The expectations problem is also real. Families sometimes reach the lab with a child whose disease is too advanced for an ASO to reverse the existing damage, even if the drug works as designed. Mila's case is the clearest example. Yu has said that if the same case were presented today with two more years of pre-symptomatic treatment available, the outcome might have been different.
The data-generation argument is the one Yu has emphasized most consistently in public talks. Each program generates data that the next program uses: safety information for the chemistry class and the intrathecal route, manufacturing process improvements, regulatory precedents, and biomarker measurements. The early cases bear higher risk and produce data that benefits later cases. The case that does not save the child still produces something.
The institutional shape
Boston Children's Hospital has the infrastructure that makes Yu's work possible at the speed at which it works. The hospital has a Division of Genetics and Genomics with the sequencing core. It has a neurology clinic that follows pediatric cases longitudinally and can detect the right candidates. It has institutional review board and regulatory affairs experience with sponsor-investigator INDs. It has the relationships with external GMP manufacturing partners that the milasen, atipeksen, and valeriasen programs depended on.

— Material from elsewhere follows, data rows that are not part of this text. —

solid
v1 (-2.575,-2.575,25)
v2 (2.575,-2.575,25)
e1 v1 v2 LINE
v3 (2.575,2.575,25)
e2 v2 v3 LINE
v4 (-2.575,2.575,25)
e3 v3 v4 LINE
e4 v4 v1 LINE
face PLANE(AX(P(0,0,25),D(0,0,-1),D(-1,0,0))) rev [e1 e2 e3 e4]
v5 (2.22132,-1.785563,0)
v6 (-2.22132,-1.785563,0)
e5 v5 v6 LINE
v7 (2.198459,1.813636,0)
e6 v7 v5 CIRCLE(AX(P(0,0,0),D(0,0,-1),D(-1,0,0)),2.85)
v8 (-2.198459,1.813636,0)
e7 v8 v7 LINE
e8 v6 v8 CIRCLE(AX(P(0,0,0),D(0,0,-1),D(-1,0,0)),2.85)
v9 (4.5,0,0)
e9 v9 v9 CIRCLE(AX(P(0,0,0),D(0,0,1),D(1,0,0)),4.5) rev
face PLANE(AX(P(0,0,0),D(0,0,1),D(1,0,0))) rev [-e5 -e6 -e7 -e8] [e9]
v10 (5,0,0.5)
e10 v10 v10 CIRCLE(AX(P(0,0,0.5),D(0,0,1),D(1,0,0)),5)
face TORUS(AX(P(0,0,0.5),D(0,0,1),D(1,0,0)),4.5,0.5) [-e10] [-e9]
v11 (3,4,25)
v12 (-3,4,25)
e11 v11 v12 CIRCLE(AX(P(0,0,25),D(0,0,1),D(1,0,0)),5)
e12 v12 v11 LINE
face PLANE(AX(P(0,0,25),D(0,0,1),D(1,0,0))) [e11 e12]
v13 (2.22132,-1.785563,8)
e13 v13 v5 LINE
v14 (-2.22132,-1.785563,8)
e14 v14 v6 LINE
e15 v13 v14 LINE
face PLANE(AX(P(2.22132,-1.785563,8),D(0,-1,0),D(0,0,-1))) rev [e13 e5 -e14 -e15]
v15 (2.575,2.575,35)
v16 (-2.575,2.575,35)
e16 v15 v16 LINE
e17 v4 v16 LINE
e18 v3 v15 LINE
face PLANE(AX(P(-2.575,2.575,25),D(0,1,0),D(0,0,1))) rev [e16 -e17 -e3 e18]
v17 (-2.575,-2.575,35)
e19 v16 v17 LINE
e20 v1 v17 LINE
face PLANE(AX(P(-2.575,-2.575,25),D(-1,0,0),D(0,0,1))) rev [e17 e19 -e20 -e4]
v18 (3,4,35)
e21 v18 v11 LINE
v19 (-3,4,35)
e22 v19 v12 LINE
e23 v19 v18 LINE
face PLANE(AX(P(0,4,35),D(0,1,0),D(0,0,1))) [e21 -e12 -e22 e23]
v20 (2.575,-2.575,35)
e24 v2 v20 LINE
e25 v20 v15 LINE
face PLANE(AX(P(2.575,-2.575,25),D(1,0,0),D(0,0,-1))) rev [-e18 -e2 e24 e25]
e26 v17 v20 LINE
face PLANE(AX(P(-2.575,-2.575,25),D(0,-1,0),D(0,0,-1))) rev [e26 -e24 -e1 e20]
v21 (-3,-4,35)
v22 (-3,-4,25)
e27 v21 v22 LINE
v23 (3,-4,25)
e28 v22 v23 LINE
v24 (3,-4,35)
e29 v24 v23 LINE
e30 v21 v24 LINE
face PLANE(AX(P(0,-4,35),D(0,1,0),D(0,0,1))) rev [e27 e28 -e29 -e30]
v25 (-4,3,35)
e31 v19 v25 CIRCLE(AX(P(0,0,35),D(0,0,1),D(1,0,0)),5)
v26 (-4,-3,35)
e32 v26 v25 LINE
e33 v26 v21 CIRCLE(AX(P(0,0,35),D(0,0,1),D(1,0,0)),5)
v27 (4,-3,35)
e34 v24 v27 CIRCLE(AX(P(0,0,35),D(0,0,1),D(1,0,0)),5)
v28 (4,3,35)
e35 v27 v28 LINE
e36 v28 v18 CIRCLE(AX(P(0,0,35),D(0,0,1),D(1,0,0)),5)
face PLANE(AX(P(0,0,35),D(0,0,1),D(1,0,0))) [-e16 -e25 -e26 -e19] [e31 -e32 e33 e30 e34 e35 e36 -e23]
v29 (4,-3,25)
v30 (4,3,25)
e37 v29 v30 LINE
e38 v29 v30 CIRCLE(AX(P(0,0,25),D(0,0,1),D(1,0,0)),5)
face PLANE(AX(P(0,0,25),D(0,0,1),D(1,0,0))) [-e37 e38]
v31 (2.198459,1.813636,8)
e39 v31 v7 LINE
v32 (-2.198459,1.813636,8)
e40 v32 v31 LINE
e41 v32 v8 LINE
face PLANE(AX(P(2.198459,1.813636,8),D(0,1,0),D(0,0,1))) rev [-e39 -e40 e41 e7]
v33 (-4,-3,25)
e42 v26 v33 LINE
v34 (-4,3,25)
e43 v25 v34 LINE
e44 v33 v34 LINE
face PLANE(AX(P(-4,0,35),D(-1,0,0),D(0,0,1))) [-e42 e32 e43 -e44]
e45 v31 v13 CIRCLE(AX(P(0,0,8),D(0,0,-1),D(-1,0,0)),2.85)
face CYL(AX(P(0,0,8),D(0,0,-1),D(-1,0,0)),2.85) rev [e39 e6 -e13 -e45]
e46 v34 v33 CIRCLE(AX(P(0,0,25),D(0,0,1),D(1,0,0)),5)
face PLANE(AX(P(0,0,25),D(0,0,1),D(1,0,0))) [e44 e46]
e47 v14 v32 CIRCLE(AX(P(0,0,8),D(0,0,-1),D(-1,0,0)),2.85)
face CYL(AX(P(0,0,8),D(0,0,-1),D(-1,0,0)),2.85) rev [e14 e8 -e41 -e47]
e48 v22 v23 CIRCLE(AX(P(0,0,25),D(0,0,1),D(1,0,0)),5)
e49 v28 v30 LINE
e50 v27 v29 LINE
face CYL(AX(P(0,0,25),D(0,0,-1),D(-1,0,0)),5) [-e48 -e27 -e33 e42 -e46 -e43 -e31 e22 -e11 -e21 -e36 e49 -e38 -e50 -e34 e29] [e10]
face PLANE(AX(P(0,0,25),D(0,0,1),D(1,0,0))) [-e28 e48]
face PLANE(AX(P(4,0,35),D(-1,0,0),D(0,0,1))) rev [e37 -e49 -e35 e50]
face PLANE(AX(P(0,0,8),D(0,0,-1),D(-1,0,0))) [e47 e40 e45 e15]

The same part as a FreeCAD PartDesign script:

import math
import FreeCAD as App
import Part
import Sketcher

V = App.Vector


def edges_at(feature, points):
    """Names of the edges that pass closest to the given points."""
    edges = feature.Shape.Edges
    near = lambda p: min(range(len(edges)), key=lambda i: edges[i].distToShape(Part.Vertex(*p))[0])
    return sorted({f"Edge{near(p) + 1}" for p in points})

doc = App.newDocument("Part")
body = doc.addObject("PartDesign::Body", "Body")

sketch1 = body.newObject("Sketcher::SketchObject", "Sketch")
sketch1.AttachmentSupport = (doc.getObject("XY_Plane"), [""])
sketch1.MapMode = "FlatFace"
sketch1.addGeometry(Part.Circle(V(0, 0, 0), V(0, 0, 1), 5), False)
sketch1.addConstraint([
    Sketcher.Constraint("Coincident", 0, 3, -1, 1),
    Sketcher.Constraint("Diameter", 0, 10.0),
])
pad1 = body.newObject("PartDesign::Pad", "Pad")
pad1.Profile = sketch1
pad1.Length = 25

sketch2 = body.newObject("Sketcher::SketchObject", "Sketch001")
sketch2.AttachmentSupport = (doc.getObject("XY_Plane"), [""])
sketch2.MapMode = "FlatFace"
sketch2.addGeometry([
    Part.LineSegment(V(2.2, -1.8, 0), V(-2.2, -1.8, 0)),
    Part.ArcOfCircle(Part.Circle(V(0, 0, 0), V(0, 0, 1), 2.9), math.radians(140), math.radians(219)),
    Part.LineSegment(V(-2.2, 1.8, 0), V(2.2, 1.8, 0)),
    Part.ArcOfCircle(Part.Circle(V(0, 0, 0), V(0, 0, 1), 2.9), math.radians(-39), math.radians(40)),
], False)
sketch2.addConstraint([
    Sketcher.Constraint("Coincident", 0, 2, 1, 2),
    Sketcher.Constraint("Coincident", 1, 1, 2, 1),
    Sketcher.Constraint("Coincident", 2, 2, 3, 2),
    Sketcher.Constraint("Coincident", 3, 1, 0, 1),
    Sketcher.Constraint("Horizontal", 0),
    Sketcher.Constraint("Horizontal", 2),
    Sketcher.Constraint("Coincident", 1, 3, -1, 1),
    Sketcher.Constraint("Coincident", 3, 3, -1, 1),
    Sketcher.Constraint("Equal", 1, 3),
    Sketcher.Constraint("Radius", 1, 2.85),
    Sketcher.Constraint("DistanceX", 0, 2, 0, 1, 4.442641),
    Sketcher.Constraint("DistanceX", 2, 1, 2, 2, 4.396919),
])
pocket1 = body.newObject("PartDesign::Pocket", "Pocket")
pocket1.Profile = sketch2
pocket1.Length = 8
pocket1.Reversed = True

sketch3 = body.newObject("Sketcher::SketchObject", "Sketch002")
sketch3.AttachmentSupport = (doc.getObject("XY_Plane"), [""])
sketch3.MapMode = "FlatFace"
sketch3.AttachmentOffset = App.Placement(V(0, 0, 25), App.Rotation())
sketch3.addGeometry([
    Part.ArcOfCircle(Part.Circle(V(0, 0, 0), V(0, 0, 1), 5), math.radians(-143.13), math.radians(-126.87)),
    Part.LineSegment(V(-3, -4, 0), V(3, -4, 0)),
    Part.ArcOfCircle(Part.Circle(V(0, 0, 0), V(0, 0, 1), 5), math.radians(-53.13), math.radians(-36.87)),
    Part.LineSegment(V(4, -3, 0), V(4, 3, 0)),
    Part.ArcOfCircle(Part.Circle(V(0, 0, 0), V(0, 0, 1), 5), math.radians(36.87), math.radians(53.13)),
    Part.LineSegment(V(3, 4, 0), V(-3, 4, 0)),
    Part.ArcOfCircle(Part.Circle(V(0, 0, 0), V(0, 0, 1), 5), math.radians(126.87), math.radians(143.13)),
    Part.LineSegment(V(-4, 3, 0), V(-4, -3, 0)),
], False)
sketch3.addConstraint([
    Sketcher.Constraint("Coincident", 0, 2, 1, 1),
    Sketcher.Constraint("Coincident", 1, 2, 2, 1),
    Sketcher.Constraint("Coincident", 2, 2, 3, 1),
    Sketcher.Constraint("Coincident", 3, 2, 4, 1),
    Sketcher.Constraint("Coincident", 4, 2, 5, 1),
    Sketcher.Constraint("Coincident", 5, 2, 6, 1),
    Sketcher.Constraint("Coincident", 6, 2, 7, 1),
    Sketcher.Constraint("Coincident", 7, 2, 0, 1),
    Sketcher.Constraint("Horizontal", 1),
    Sketcher.Constraint("Vertical", 3),
    Sketcher.Constraint("Horizontal", 5),
    Sketcher.Constraint("Vertical", 7),
    Sketcher.Constraint("Coincident", 0, 3, -1, 1),
    Sketcher.Constraint("Coincident", 2, 3, -1, 1),
    Sketcher.Constraint("Coincident", 4, 3, -1, 1),
    Sketcher.Constraint("Coincident", 6, 3, -1, 1),
    Sketcher.Constraint("Equal", 0, 2),
    Sketcher.Constraint("Equal", 2, 4),
    Sketcher.Constraint("Equal", 4, 6),
    Sketcher.Constraint("Horizontal", 3, 2, 6, 2),
    Sketcher.Constraint("Vertical", 1, 2, 4, 2),
    Sketcher.Constraint("Equal", 5, 3),
    Sketcher.Constraint("Radius", 0, 5.0),
    Sketcher.Constraint("DistanceX", 1, 1, 1, 2, 6.0),
])
pad2 = body.newObject("PartDesign::Pad", "Pad001")
pad2.Profile = sketch3
pad2.Length = 10

sketch4 = body.newObject("Sketcher::SketchObject", "Sketch003")
sketch4.AttachmentSupport = (doc.getObject("XY_Plane"), [""])
sketch4.MapMode = "FlatFace"
sketch4.AttachmentOffset = App.Placement(V(0, 0, 35), App.Rotation())
sketch4.addGeometry([
    Part.LineSegment(V(-3, 3, 0), V(-3, -3, 0)),
    Part.LineSegment(V(-3, -3, 0), V(3, -3, 0)),
    Part.LineSegment(V(3, -3, 0), V(3, 3, 0)),
    Part.LineSegment(V(3, 3, 0), V(-3, 3, 0)),
], False)
sketch4.addConstraint([
    Sketcher.Constraint("Coincident", 0, 2, 1, 1),
    Sketcher.Constraint("Coincident", 1, 2, 2, 1),
    Sketcher.Constraint("Coincident", 2, 2, 3, 1),
    Sketcher.Constraint("Coincident", 3, 2, 0, 1),
    Sketcher.Constraint("Vertical", 0),
    Sketcher.Constraint("Horizontal", 1),
    Sketcher.Constraint("Vertical", 2),
    Sketcher.Constraint("Horizontal", 3),
    Sketcher.Constraint("Symmetric", 0, 2, 2, 2, -1, 1),
    Sketcher.Constraint("Equal", 3, 0),
    Sketcher.Constraint("DistanceX", 1, 1, 1, 2, 5.15),
])
pocket2 = body.newObject("PartDesign::Pocket", "Pocket001")
pocket2.Profile = sketch4
pocket2.Length = 10
doc.recompute()

fillet = body.newObject("PartDesign::Fillet", "Fillet")
fillet.Base = (pocket2, edges_at(pocket2, [(-5, 0, 0)]))
fillet.Radius = 0.5

doc.recompute()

Other institutions are beginning to replicate the model. Stanley Crooke's n-Lorem Foundation, founded in 2020, has built a parallel philanthropic-and-academic infrastructure that has now treated 50 nano-rare patients with no ASO-related serious adverse events. Programs at Children's Hospital of Philadelphia, the University of Pennsylvania, and Stanford have begun to publish individualized ASO cases. The Yu lab is no longer the only institution doing this kind of work, which is the point. The first lab built the infrastructure. The second and third labs adapted it. The tenth lab will adjust it.
The work that started with one family reaching the lab in 2017 has become the closest the field has to a repeatable program shape for n-of-1 antisense oligonucleotide therapy. The lab still takes a small number of cases per year. The constraint, in 2026, is no longer whether the chemistry works.